The technical condition of some of the major indices is a concern (namely the series of lower highs and lower lows in the S&P 500, and the flat or declining longer-term moving averages), and quite frankly I'm a bit put off by just how extreme some of these indicators are when we've corrected so little. But until I see a failure of such oversold extremes to trigger a meaningful rally— and I haven't really seen one of those since June 2002— I'm going to keep assuming the best.

Early next week could still be dicey before the consistently positive Thanksgiving period kicks in. Today's action and the short-term oversold readings could be enough to suggest that we've already seen a successful re-test of Monday's lows and it's up, up and away from here. But, given the questionable technical condition in the S&P and the other data, though, I'm holding off on that idea for now. I'd like to see another day or so of choppy to weak performance to set up a better risk/reward ratio.

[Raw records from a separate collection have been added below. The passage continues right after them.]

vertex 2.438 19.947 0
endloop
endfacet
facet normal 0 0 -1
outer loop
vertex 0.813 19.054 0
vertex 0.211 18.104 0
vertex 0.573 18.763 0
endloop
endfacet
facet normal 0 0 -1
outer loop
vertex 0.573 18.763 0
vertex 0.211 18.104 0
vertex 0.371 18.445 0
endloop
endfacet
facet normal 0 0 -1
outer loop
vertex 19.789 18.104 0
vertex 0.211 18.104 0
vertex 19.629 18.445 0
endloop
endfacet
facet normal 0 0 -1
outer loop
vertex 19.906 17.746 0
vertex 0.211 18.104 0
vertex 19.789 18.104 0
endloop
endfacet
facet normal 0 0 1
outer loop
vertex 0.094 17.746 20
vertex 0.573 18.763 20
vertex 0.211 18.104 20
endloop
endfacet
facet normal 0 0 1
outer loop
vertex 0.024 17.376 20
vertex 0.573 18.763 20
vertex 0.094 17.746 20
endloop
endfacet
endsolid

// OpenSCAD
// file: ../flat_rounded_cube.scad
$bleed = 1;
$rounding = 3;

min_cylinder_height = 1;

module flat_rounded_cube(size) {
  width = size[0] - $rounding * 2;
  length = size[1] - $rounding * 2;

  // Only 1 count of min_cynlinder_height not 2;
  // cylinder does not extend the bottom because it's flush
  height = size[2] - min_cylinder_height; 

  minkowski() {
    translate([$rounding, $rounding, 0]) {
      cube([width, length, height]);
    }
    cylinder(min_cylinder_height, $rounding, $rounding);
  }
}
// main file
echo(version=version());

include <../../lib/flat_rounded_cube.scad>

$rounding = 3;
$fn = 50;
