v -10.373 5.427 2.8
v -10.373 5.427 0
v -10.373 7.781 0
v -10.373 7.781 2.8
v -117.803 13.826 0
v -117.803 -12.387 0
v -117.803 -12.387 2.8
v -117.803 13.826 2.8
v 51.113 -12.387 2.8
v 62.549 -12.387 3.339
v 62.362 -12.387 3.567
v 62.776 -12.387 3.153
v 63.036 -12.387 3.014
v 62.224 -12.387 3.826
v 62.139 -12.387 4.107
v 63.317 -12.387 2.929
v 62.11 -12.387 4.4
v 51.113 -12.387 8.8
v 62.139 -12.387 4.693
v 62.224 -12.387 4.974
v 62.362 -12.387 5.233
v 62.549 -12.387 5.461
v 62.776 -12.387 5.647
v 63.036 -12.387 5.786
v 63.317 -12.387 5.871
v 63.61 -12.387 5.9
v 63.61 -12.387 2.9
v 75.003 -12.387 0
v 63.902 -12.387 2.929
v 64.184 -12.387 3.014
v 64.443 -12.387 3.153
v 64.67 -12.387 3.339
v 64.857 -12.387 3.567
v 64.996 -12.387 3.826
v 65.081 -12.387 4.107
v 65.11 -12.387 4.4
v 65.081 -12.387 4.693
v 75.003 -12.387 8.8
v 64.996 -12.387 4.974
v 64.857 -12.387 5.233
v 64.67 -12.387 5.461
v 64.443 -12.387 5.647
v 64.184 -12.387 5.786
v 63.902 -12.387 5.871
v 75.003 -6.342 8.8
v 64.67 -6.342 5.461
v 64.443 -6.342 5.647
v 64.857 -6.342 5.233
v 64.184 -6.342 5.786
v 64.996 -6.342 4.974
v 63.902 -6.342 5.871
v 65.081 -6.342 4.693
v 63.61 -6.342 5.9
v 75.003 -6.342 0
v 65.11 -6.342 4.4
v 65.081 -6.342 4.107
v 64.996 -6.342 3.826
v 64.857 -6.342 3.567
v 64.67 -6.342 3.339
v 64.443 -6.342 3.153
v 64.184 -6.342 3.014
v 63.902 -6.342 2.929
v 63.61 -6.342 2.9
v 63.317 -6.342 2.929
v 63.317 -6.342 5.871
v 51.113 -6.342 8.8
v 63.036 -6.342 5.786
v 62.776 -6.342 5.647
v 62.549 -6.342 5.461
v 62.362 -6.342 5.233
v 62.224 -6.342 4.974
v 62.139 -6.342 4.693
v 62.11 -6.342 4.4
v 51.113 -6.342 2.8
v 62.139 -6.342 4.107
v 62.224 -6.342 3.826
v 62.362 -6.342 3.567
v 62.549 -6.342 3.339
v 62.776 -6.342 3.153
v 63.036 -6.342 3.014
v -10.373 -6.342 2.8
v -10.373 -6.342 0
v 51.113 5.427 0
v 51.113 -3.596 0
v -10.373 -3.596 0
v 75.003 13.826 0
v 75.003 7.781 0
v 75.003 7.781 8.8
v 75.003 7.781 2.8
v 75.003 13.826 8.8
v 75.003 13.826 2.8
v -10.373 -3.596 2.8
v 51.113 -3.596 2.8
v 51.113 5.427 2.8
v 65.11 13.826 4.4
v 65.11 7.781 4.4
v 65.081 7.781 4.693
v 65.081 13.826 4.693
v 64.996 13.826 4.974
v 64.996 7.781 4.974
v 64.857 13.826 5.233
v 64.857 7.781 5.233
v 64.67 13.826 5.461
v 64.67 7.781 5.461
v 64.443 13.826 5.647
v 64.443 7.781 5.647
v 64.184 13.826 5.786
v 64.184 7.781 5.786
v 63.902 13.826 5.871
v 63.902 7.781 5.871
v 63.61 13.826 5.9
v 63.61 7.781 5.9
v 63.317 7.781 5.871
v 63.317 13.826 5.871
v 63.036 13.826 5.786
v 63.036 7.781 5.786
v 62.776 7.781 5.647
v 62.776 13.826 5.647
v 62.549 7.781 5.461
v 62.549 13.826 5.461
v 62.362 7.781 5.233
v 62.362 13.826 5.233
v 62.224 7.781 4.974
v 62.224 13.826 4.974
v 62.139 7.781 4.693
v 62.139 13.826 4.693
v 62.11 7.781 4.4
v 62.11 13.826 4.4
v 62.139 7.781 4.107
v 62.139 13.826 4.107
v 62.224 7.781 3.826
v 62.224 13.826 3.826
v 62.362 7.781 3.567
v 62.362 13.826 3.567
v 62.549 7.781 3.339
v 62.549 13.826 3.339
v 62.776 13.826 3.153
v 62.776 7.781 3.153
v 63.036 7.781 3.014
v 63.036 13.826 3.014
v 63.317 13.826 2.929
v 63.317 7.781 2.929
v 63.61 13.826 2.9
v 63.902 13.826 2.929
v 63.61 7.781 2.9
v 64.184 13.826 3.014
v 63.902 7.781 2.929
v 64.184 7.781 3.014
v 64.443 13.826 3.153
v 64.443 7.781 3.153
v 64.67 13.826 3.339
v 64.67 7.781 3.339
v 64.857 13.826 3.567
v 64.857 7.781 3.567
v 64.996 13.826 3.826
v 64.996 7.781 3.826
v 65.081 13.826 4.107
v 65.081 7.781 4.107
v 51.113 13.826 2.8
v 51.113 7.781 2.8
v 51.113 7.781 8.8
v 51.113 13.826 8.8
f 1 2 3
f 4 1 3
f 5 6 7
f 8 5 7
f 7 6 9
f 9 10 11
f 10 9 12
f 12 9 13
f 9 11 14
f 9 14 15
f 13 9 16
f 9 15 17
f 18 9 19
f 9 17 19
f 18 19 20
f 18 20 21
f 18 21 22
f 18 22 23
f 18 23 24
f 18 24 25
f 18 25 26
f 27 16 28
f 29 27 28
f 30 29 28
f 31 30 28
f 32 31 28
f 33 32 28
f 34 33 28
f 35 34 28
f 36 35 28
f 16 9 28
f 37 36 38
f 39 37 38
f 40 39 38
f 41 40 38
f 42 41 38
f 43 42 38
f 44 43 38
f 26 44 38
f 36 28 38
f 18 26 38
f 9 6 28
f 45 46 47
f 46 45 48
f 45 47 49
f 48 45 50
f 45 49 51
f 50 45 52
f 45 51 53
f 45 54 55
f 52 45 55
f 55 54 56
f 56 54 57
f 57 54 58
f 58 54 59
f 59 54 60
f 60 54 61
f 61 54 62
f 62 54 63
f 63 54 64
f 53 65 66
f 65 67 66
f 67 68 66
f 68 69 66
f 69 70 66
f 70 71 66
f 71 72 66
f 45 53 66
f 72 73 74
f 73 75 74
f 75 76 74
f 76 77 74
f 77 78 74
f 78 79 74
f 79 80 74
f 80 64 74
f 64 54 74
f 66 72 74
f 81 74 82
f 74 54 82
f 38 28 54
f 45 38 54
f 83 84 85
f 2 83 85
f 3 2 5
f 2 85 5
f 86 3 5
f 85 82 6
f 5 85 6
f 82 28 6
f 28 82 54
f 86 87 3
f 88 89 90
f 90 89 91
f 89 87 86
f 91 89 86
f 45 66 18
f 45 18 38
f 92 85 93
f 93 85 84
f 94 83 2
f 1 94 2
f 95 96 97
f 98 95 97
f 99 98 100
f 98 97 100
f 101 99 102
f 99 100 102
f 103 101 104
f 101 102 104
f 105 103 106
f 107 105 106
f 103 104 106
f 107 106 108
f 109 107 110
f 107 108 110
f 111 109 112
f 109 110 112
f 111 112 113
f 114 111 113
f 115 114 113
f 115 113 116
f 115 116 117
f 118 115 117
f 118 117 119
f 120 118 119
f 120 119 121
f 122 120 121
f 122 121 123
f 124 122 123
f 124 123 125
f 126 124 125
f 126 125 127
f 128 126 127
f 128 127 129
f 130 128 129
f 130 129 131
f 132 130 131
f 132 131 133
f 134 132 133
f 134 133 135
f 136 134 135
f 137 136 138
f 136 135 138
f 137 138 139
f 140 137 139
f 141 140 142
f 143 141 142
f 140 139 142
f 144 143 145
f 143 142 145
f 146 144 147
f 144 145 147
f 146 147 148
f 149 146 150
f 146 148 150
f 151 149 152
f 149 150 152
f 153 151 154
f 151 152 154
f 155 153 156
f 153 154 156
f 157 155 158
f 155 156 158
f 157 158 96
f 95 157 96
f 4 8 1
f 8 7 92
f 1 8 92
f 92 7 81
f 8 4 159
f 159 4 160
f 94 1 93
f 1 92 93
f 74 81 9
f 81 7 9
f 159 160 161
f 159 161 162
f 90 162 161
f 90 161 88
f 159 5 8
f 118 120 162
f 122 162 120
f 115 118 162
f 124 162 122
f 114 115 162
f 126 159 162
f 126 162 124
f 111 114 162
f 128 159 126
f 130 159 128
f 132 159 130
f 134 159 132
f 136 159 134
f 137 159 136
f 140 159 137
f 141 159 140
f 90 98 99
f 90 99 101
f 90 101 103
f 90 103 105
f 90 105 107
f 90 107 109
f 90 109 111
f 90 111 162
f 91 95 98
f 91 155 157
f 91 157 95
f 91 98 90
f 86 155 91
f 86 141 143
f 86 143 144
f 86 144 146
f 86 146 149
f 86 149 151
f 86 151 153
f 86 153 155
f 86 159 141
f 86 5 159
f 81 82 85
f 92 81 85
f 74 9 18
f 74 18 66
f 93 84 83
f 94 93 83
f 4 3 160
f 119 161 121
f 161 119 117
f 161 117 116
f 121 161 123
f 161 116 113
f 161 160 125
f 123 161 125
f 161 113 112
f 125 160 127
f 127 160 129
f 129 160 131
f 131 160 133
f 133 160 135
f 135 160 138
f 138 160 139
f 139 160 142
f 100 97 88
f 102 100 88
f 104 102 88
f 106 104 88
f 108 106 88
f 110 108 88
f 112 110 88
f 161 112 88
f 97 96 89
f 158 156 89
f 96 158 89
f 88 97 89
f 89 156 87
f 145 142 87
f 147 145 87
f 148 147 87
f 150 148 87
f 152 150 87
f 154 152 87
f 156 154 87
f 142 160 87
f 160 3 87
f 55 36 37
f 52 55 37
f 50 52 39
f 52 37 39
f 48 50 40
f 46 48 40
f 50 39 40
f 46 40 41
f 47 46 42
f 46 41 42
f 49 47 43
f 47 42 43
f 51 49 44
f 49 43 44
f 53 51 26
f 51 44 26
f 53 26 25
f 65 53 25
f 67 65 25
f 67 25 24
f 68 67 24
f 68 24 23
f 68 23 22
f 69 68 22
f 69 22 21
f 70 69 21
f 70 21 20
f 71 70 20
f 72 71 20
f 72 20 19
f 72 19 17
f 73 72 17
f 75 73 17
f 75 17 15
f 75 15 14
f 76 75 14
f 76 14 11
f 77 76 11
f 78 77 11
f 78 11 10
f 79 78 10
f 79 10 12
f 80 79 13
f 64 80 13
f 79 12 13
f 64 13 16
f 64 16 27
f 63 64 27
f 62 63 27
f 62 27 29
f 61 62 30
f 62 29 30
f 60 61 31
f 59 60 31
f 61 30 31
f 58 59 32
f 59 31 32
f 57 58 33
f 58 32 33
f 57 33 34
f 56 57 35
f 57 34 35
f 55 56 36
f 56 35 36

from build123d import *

# Parameters (mm, degrees)
F1_DEPTH = 2.8
F2_DEPTH = 42.8
F3_DEPTH = 1.439
F4_DEPTH = 85.376
F5_W     = 23.89
F5_H     = 6.0450145833
F5_H_2   = 6.0446187854
F6_DEPTH = 6
F7_R     = 1.5
F8_DEPTH = 27.5
F9_DEPTH = 23.89


with BuildPart() as f1:
    # F0 (on Top) → F1 (new body)
    with BuildSketch(Plane.XY):
        Polygon((-75.0034600496, -12.3867541552), (75.0034600496, -12.3867541552), (75.0034600496, -6.3421353698), (-10.3727839887, -6.3421353698), (-10.3727839887, -3.5960208625), (75.0034600496, -3.5960208625), (75.0034600496, 5.426927004), (-10.3727839887, 5.426927004), (-10.3727839887, 7.7807395719), (75.0034600496, 7.7807395719), (75.0034600496, 12.3867541552), (-75.0034600496, 12.3867541552), align=None)
    extrude(amount=F1_DEPTH)

    # F2 (add): a face of the model
    f2_faces = [f1.faces().sort_by_distance(p)[0] for p in [
        (-75.0034600496, 0, 1.4),
    ]]
    extrude(f2_faces, amount=F2_DEPTH)

    # F3 (add): a face of the model
    f3_faces = [f1.faces().sort_by_distance(p)[0] for p in [
        (-21.4, 12.3867541552, 1.4),
    ]]
    extrude(f3_faces, amount=F3_DEPTH)

    # F4 (cut): a face of the model
    f4_faces = [f1.faces().sort_by_distance(p)[0] for p in [
        (-21.4, 13.8257541552, 1.4),
    ]]
    extrude(f4_faces, amount=F4_DEPTH, mode=Mode.SUBTRACT)

    # F5 (on face) → F6 (join)
    with BuildSketch(Plane.XY.offset(2.8)):
        with Locations((63.0584600496, 10.8032468635)):
            Rectangle(F5_W, F5_H)
        with Locations((63.0584600496, -9.3644447625)):
            Rectangle(F5_W, F5_H_2)
    extrude(amount=F6_DEPTH)

    # F7 (on face) → F8 (cut)
    with BuildSketch(Plane.XZ.offset(12.3867541552)):
        with Locations((63.6097000496, 4.4)):
            Circle(F7_R)
    extrude(amount=-F8_DEPTH, mode=Mode.SUBTRACT)

    # F9 (cut): a face of the model
    f9_faces = [f1.faces().sort_by_distance(p)[0] for p in [
        (75.0034600496, 0.9154530708, 1.4),
    ]]
    extrude(f9_faces, amount=-F9_DEPTH, mode=Mode.SUBTRACT)


solid = f1.part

Maybe that's trying to be too perfect in an imperfect business, but it's how I see the odds stacked up.

At these times, it's always a fierce battle between having the patience to hold for and then lock in what appears to be an entry with good risk/reward characteristics, versus being too cute by trying to find the perfect one. There's no right answer, it's all a matter of personal risk tolerance, depth of capital, time frame, etc.

So the market is somewhat oversold again, has some looming positive seasonality, and is clinging to support just above the week's lows. That should set us up for higher prices into the latter part of next week, but, again, I'm not sure how the early part of next week is going to turn out.

Bottom line: we're likely at or within a few days of a tradeable low— probably an intermediate-term low. The risk/reward for longs appears good, with the caveat that a move under what should be support around 1430 on the cash S&P 500 index should trigger sell stop orders and potentially a quick drop. Seeing that kind of washout and a reversal would be the best indication that the selling pressure is exhausted. So I'd stick with long-side trades, but if we get weakness Monday or Tuesday, watch for a potential quick move at or under that 1430ish area to set up a better short- and intermediate-term entry.